Onboarding Guide

Getting started with data virtualization

This guide is intended for data providers and engineers who are new to virtual store technology and want to begin virtualizing NASA datasets.

Prerequisites

(List required background knowledge, tools, and access credentials.)

Step 1: Understand your data

Before virtualizing, document:

  • File format (NetCDF, HDF5, GeoTIFF, etc.) and any data hierarchy
  • Grid structure (uniform, non-uniform, swath)
  • Typical file sizes and granule counts
  • Primary user access patterns

Step 2: Choose a virtualization approach

Approach Best for Status
Kerchunk Reference files for existing archives Mature
Icechunk Transactional stores, appending data Active development

Step 3: Design your chunk manifest

Refer to Best Practices and Known Limitations before finalizing your chunk layout.
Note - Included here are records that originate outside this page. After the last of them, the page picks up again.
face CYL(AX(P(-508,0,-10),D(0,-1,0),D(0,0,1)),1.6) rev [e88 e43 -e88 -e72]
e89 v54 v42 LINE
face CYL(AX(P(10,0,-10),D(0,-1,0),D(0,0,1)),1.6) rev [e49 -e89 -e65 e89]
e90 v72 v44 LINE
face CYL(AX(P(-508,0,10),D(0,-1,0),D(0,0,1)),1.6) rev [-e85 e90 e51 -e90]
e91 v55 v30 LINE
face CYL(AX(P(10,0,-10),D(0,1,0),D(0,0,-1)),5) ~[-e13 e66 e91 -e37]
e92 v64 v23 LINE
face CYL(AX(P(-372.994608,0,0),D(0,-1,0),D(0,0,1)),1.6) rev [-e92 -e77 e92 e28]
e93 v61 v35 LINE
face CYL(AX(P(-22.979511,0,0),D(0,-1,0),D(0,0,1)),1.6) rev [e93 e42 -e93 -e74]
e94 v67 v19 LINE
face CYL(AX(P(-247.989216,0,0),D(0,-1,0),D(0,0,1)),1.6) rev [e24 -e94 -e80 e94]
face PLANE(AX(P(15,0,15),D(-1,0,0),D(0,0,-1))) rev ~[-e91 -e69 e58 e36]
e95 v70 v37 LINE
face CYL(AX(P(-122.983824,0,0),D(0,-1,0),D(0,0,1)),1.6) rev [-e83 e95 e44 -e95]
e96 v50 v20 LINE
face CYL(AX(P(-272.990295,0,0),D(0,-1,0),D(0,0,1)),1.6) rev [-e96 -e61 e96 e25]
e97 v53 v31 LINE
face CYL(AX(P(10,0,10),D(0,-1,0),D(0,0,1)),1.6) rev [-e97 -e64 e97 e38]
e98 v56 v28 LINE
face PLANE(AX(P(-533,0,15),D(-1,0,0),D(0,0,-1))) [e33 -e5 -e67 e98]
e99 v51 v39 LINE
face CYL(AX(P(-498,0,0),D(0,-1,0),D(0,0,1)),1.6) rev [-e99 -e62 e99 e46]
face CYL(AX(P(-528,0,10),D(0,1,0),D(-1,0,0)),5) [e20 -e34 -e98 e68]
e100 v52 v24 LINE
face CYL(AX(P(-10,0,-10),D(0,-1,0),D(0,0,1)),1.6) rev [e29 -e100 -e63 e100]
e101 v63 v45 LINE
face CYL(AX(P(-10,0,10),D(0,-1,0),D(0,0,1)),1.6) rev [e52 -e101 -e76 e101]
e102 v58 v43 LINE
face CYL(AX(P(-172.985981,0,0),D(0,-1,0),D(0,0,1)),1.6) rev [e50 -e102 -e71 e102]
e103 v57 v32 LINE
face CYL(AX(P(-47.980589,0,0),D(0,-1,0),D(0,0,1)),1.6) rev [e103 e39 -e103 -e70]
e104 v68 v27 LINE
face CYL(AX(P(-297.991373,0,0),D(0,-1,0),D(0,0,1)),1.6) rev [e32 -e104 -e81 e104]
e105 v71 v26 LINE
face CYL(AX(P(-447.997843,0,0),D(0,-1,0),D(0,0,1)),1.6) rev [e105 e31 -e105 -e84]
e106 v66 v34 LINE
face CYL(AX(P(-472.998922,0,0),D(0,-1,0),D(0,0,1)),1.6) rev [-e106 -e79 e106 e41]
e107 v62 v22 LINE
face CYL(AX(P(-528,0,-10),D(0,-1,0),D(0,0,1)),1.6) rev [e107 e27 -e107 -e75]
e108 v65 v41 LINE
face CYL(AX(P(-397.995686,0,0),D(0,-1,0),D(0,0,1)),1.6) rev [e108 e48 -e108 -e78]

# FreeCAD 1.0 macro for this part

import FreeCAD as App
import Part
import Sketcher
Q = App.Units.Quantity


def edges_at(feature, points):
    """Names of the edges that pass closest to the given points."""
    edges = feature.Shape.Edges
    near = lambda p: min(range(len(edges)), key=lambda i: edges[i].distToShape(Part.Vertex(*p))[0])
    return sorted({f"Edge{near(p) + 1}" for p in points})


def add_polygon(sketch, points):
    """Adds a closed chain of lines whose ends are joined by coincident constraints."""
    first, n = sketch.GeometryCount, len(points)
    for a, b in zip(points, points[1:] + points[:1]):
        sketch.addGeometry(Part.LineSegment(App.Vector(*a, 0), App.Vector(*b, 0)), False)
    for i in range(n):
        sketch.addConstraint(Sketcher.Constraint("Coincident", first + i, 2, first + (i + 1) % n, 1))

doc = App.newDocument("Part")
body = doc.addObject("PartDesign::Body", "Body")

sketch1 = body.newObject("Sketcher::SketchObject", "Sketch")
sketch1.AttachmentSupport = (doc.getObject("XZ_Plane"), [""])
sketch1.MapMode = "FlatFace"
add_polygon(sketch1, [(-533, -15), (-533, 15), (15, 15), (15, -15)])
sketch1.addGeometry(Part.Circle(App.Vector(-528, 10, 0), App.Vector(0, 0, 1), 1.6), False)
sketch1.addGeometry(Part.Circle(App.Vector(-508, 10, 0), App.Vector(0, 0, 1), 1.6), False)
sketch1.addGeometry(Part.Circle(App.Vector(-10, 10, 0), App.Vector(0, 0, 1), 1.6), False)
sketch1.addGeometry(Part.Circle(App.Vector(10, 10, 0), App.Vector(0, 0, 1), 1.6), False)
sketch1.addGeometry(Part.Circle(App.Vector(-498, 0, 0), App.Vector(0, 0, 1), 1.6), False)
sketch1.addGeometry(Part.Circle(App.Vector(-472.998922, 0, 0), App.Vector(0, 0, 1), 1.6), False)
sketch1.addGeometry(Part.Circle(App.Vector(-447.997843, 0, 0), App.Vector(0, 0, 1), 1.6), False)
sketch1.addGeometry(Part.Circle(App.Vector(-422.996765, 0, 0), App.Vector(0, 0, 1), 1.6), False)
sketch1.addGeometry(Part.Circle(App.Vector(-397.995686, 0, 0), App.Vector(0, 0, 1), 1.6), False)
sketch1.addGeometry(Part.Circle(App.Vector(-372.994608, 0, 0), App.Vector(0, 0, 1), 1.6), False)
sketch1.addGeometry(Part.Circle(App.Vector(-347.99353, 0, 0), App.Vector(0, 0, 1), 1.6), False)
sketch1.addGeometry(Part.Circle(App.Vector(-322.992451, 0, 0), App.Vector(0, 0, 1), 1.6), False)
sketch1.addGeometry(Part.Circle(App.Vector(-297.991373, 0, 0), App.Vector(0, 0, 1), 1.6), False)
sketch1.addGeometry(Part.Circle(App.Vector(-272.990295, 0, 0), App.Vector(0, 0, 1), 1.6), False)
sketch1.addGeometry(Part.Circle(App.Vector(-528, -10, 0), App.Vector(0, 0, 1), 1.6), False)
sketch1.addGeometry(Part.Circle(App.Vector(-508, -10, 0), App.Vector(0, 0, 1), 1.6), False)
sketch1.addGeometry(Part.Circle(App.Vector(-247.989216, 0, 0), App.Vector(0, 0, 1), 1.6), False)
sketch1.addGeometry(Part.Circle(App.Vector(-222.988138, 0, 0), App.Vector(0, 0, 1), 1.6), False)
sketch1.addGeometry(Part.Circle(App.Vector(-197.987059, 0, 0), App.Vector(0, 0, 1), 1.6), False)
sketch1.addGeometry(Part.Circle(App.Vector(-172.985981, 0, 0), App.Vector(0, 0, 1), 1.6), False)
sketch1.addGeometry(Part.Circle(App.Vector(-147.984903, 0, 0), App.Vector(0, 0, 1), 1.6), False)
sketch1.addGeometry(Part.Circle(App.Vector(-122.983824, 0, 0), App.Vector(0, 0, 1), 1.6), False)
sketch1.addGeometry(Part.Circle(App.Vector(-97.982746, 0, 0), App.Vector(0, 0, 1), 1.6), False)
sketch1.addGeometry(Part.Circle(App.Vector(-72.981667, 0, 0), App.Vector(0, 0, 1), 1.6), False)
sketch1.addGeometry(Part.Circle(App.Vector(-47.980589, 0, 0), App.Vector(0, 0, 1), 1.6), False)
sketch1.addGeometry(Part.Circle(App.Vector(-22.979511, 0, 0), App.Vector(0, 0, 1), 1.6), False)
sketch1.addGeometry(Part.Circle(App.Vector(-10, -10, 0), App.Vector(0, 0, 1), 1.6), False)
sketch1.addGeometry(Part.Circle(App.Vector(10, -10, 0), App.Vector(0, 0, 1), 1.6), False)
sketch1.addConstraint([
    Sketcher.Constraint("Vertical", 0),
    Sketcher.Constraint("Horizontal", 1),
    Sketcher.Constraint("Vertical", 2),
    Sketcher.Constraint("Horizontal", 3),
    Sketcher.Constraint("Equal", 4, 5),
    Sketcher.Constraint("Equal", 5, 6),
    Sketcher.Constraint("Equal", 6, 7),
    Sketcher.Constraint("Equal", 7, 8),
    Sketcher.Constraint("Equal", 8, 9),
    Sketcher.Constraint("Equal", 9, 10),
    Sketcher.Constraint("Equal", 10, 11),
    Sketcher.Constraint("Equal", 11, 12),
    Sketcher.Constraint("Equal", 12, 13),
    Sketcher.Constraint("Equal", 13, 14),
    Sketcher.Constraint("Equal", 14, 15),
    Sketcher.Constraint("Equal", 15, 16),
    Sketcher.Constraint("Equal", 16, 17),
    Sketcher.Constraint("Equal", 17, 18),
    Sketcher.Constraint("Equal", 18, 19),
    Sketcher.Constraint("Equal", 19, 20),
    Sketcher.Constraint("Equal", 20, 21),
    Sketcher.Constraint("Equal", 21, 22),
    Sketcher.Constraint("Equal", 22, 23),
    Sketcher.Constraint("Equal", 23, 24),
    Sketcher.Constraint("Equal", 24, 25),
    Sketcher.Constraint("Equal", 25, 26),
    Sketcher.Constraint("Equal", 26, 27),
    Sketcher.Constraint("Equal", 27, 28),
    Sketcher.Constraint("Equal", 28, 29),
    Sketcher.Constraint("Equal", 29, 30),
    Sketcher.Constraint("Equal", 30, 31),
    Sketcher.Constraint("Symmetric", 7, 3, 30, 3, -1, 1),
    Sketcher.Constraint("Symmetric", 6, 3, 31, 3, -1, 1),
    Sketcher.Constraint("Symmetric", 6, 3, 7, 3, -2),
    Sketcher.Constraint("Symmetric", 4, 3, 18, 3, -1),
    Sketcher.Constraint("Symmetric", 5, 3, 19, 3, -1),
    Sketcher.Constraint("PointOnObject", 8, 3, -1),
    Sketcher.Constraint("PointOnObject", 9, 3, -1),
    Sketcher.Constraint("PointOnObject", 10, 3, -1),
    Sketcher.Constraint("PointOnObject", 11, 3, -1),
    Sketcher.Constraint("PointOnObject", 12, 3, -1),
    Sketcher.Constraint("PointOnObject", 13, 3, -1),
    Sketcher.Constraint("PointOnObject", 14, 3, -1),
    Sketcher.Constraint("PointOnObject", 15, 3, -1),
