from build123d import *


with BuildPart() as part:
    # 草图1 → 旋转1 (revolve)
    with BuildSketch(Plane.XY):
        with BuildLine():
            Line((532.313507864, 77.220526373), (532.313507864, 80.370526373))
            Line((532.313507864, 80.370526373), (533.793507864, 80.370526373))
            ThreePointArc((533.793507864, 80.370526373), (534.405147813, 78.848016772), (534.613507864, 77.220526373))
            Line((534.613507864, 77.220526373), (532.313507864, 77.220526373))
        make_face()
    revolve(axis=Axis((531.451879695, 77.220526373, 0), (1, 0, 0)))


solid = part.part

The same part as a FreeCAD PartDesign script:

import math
import FreeCAD as App
import Part
import Sketcher
from FreeCAD import Vector

doc = App.newDocument("Part")
body = doc.addObject("PartDesign::Body", "Body")

# Sketch on XY plane
sketch1 = body.newObject("Sketcher::SketchObject", "Sketch")
sketch1.AttachmentSupport = (doc.getObject("XY_Plane"), [""])
sketch1.MapMode = "FlatFace"
sketch1.addGeometry([
    Part.LineSegment(Vector(532.3, 80.4, 0), Vector(532.3, 77.2, 0)),
    Part.LineSegment(Vector(532.3, 77.2, 0), Vector(534.6, 77.2, 0)),
    Part.ArcOfCircle(Part.Circle(Vector(528.2, 77.2, 0), Vector(0, 0, 1), 6.5), math.radians(0), math.radians(29)),
    Part.LineSegment(Vector(533.8, 80.4, 0), Vector(532.3, 80.4, 0)),
], False)
sketch1.addGeometry(Part.LineSegment(Vector(528.2, 77.2, 0), Vector(534.6, 77.2, 0)), True)  # axis
sketch1.addConstraint([
    Sketcher.Constraint("Coincident", 0, 2, 1, 1),
    Sketcher.Constraint("Coincident", 1, 2, 2, 1),
    Sketcher.Constraint("Coincident", 2, 2, 3, 1),
    Sketcher.Constraint("Coincident", 3, 2, 0, 1),
    Sketcher.Constraint("Vertical", 0),
    Sketcher.Constraint("Horizontal", 1),
    Sketcher.Constraint("Horizontal", 3),
    Sketcher.Constraint("Horizontal", 4),
    Sketcher.Constraint("Coincident", 4, 1, 2, 3),
    Sketcher.Constraint("Coincident", 4, 2, 1, 2),
    Sketcher.Constraint("DistanceX", 1, 1, 1, 2, 2.3),
    Sketcher.Constraint("DistanceX", 3, 2, 3, 1, 1.48),
    Sketcher.Constraint("DistanceY", 0, 2, 0, 1, 3.15),
    Sketcher.Constraint("DistanceX", -1, 1, 2, 3, 528.153203),
    Sketcher.Constraint("DistanceY", -1, 1, 2, 3, 77.220526),
])
revolution = body.newObject("PartDesign::Revolution", "Revolution")
revolution.Profile = sketch1
revolution.ReferenceAxis = (sketch1, ["Axis0"])
revolution.Angle = 360

doc.recompute()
Step 4: Generate and validate your virtual store

(Step-by-step instructions and code examples to be added.)

The toolchain offers multiple entry points at this step:

  • earthaccess.virtualize() provides a higher-level interface that handles common cases with less configuration.
  • Icechunk API directly offers more control over commit behavior, store configuration, and append workflows.

Generation can run in series or in parallel (e.g., using Dask), depending on the number of granules and available compute.

Step 5: Register and publish

(Instructions for registering your virtual store with the relevant DAAC and making it discoverable.)

Getting help

(Links to community resources, Slack channels, issue trackers, etc.)

Common gotchas

Before starting, review the Known Limitations section — several apply directly to onboarding decisions:

Additionally, netCDF group hierarchies may need to be flattened during virtualization. Support for netCDF groups in virtual stores is a work-in-progress. If preserving hierarchy matters for your dataset, test this early with xarray DataTree.